EXERCISE REQUIREMENTS:
Two lines in the data below mark the range: the one with "#14=VERTEX_POINT('',#13);" and the one with "#21=TOROIDAL_SURFACE('',#20,10.,1.);". Return both, along with every line between them, exactly.
◆ ◆ ◆
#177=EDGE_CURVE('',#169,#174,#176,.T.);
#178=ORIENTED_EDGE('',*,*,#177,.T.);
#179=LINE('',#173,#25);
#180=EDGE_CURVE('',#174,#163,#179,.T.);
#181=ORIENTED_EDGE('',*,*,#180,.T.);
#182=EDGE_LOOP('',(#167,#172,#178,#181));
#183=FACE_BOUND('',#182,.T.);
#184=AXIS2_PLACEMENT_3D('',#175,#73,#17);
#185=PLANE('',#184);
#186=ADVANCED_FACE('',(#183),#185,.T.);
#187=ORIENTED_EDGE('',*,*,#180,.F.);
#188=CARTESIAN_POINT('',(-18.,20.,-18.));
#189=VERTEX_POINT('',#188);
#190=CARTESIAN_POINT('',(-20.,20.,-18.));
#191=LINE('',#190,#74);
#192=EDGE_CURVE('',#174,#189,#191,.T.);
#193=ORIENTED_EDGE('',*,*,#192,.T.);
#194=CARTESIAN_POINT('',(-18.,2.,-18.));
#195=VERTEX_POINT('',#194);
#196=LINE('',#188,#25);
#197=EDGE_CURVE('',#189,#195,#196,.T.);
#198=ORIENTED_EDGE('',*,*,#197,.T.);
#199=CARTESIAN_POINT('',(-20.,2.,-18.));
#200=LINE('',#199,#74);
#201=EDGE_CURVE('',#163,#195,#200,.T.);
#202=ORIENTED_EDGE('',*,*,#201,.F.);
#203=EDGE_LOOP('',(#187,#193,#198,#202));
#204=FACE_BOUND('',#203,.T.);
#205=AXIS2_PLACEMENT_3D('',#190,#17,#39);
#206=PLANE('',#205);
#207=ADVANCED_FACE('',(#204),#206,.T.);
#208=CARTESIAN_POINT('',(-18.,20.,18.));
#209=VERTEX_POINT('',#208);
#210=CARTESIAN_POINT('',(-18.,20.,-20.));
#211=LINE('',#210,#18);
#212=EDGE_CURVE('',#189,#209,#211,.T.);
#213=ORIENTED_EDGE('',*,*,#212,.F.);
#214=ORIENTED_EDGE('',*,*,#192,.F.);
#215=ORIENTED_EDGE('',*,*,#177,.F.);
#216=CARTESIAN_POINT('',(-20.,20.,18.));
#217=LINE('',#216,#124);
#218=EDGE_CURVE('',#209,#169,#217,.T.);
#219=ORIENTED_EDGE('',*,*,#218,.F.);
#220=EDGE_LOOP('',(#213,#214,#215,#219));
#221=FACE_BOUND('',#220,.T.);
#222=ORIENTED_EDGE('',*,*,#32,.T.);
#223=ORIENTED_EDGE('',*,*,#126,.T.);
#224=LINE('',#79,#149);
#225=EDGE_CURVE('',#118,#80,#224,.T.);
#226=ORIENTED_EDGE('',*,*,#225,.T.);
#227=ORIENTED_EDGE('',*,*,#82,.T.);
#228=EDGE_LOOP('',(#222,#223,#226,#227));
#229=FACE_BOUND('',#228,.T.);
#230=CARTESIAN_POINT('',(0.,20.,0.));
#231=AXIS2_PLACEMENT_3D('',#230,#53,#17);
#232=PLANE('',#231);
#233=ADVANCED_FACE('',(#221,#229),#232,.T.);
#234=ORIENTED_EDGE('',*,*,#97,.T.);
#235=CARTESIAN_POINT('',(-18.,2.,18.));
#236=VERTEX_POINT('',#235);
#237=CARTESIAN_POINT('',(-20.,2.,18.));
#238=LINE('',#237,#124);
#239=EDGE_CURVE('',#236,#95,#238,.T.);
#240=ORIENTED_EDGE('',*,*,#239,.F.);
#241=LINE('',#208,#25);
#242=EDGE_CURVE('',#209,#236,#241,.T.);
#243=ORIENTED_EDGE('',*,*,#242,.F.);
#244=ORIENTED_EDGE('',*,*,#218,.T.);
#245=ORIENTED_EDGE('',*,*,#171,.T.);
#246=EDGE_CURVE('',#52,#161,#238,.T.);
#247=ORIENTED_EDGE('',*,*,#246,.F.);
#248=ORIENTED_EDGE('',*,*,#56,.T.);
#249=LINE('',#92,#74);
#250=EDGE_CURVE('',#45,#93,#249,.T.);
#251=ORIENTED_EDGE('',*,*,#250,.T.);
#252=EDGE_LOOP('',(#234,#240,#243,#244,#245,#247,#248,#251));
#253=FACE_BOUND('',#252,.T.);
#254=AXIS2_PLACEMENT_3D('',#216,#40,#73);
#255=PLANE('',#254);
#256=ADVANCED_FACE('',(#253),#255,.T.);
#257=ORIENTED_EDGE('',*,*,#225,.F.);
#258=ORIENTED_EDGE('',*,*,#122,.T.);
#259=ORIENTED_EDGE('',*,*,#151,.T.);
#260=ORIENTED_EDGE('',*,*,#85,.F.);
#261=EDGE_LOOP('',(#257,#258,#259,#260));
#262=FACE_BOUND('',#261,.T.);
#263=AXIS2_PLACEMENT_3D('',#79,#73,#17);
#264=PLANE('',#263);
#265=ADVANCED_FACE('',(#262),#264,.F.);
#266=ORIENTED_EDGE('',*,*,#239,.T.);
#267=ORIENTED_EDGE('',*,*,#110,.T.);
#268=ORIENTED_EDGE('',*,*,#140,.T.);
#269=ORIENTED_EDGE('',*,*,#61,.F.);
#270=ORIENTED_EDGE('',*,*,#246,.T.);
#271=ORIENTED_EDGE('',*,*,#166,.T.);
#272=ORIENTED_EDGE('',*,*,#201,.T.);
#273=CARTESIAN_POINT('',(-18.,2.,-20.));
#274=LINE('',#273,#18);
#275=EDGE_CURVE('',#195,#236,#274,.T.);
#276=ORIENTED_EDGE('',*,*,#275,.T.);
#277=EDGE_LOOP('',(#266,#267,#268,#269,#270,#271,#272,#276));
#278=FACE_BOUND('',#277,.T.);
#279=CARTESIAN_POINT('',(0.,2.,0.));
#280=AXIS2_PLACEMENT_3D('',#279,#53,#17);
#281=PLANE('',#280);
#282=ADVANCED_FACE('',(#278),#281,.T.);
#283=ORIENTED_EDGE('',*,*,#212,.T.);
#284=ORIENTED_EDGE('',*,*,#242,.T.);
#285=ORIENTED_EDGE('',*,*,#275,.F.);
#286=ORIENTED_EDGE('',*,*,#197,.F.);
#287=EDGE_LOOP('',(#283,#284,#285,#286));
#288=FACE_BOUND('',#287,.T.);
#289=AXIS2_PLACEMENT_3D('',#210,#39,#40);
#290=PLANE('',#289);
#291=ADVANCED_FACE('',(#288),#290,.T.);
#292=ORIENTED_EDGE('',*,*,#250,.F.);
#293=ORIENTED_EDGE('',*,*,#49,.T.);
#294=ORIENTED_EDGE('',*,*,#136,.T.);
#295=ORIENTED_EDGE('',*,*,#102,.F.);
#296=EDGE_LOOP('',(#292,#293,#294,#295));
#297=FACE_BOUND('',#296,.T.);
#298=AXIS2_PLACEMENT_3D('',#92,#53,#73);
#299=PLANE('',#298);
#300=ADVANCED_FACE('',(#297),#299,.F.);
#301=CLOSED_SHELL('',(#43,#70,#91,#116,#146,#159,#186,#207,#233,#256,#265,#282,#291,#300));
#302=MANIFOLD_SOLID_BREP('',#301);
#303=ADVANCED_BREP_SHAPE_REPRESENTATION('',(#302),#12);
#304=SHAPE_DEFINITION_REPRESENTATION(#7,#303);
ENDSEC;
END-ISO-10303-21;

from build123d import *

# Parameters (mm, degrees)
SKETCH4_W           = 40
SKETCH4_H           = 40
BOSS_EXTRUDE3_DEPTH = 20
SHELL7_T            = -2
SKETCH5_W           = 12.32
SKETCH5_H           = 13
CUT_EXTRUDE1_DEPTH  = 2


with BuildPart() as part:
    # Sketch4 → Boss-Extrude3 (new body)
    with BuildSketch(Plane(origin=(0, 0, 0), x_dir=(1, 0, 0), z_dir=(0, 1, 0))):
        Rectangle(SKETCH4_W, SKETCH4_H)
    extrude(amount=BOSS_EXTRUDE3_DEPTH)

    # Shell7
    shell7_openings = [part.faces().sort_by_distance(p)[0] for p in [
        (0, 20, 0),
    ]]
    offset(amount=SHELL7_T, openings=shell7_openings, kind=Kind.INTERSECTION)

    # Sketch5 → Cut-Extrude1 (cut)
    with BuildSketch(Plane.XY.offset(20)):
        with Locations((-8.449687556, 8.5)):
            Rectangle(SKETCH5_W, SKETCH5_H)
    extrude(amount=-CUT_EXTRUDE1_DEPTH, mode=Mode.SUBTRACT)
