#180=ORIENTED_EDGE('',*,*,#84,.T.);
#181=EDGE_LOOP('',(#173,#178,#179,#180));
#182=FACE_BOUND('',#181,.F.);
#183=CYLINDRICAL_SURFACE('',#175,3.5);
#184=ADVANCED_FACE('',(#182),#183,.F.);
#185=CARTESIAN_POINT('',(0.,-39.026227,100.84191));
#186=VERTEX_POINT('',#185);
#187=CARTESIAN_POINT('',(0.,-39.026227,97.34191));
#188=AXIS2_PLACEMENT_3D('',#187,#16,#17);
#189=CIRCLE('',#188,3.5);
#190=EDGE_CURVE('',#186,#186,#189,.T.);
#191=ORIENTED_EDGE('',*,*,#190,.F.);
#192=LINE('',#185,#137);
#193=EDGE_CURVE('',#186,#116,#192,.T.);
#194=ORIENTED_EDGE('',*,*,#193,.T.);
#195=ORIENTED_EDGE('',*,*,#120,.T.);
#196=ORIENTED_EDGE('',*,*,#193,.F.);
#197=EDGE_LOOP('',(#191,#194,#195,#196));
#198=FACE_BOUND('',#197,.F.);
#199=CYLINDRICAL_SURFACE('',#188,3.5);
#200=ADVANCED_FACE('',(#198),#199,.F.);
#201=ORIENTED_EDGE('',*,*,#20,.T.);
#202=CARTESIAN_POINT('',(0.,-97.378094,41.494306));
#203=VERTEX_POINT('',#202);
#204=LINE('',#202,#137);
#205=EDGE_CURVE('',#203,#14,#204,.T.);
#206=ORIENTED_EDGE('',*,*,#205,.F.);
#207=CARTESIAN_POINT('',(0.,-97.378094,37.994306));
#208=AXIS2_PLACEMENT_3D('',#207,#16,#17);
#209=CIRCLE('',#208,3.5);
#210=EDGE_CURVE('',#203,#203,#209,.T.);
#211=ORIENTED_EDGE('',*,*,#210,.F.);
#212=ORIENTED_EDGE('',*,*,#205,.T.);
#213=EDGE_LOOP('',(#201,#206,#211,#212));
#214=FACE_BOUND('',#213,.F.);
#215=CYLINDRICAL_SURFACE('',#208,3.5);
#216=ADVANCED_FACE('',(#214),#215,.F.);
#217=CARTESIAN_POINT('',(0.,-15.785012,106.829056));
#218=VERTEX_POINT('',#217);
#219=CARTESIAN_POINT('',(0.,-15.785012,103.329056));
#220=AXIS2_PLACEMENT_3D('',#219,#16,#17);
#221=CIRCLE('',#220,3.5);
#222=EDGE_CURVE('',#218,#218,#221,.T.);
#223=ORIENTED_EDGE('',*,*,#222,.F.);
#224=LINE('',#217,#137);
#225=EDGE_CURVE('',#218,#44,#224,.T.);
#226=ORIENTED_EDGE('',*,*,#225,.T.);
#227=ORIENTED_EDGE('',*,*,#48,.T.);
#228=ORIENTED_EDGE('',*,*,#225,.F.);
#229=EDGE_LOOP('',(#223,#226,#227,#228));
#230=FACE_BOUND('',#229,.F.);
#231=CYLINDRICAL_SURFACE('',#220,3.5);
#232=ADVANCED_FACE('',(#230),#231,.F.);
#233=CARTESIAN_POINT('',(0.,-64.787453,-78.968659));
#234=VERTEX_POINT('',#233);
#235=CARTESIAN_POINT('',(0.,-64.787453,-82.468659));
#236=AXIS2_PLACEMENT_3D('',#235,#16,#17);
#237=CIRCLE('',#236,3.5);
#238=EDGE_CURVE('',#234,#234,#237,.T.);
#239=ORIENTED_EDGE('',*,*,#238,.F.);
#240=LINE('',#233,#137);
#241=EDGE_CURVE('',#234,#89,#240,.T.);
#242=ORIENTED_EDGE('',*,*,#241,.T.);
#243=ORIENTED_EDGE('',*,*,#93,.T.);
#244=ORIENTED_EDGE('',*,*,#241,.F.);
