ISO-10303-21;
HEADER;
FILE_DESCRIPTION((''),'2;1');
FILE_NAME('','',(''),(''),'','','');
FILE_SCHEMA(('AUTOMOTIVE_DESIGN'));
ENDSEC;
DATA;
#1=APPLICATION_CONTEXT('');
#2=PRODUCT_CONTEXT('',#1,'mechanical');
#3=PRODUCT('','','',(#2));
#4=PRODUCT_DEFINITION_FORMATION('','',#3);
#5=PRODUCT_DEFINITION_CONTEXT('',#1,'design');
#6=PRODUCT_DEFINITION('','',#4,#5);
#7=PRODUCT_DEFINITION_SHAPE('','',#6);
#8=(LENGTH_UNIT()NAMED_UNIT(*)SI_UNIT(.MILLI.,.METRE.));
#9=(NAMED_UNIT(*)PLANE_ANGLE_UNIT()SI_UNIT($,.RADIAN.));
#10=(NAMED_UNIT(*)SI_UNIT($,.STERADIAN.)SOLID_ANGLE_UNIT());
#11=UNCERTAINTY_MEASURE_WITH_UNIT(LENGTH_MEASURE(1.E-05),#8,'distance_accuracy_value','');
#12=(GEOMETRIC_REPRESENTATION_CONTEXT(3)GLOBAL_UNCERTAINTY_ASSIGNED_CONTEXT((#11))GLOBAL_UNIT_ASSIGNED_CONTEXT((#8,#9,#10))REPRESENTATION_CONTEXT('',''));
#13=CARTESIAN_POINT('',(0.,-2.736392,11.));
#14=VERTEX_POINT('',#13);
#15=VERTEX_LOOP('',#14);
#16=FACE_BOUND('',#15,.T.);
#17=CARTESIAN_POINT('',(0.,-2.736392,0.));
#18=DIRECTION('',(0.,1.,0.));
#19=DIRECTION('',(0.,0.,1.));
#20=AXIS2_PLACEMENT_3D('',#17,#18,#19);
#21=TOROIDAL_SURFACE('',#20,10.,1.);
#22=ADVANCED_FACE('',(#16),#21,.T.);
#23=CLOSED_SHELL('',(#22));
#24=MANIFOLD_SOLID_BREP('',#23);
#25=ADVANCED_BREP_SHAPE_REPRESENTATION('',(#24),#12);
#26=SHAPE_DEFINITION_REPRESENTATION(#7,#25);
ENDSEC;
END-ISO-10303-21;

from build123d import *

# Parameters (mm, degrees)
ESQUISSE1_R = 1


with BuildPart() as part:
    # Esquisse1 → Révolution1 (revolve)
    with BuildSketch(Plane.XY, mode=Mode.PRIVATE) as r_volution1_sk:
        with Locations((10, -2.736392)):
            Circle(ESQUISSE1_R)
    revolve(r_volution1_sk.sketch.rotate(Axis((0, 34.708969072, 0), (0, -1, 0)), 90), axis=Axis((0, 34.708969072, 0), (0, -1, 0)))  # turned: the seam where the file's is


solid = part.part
◆ ◆ ◆
ANSWER BOX:
#14=VERTEX_POINT('',#13);
#15=VERTEX_LOOP('',#14);
#16=FACE_BOUND('',#15,.T.);
#17=CARTESIAN_POINT('',(0.,-2.736392,0.));
#18=DIRECTION('',(0.,1.,0.));
#19=DIRECTION('',(0.,0.,1.));
#20=AXIS2_PLACEMENT_3D('',#17,#18,#19);
#21=TOROIDAL_SURFACE('',#20,10.,1.);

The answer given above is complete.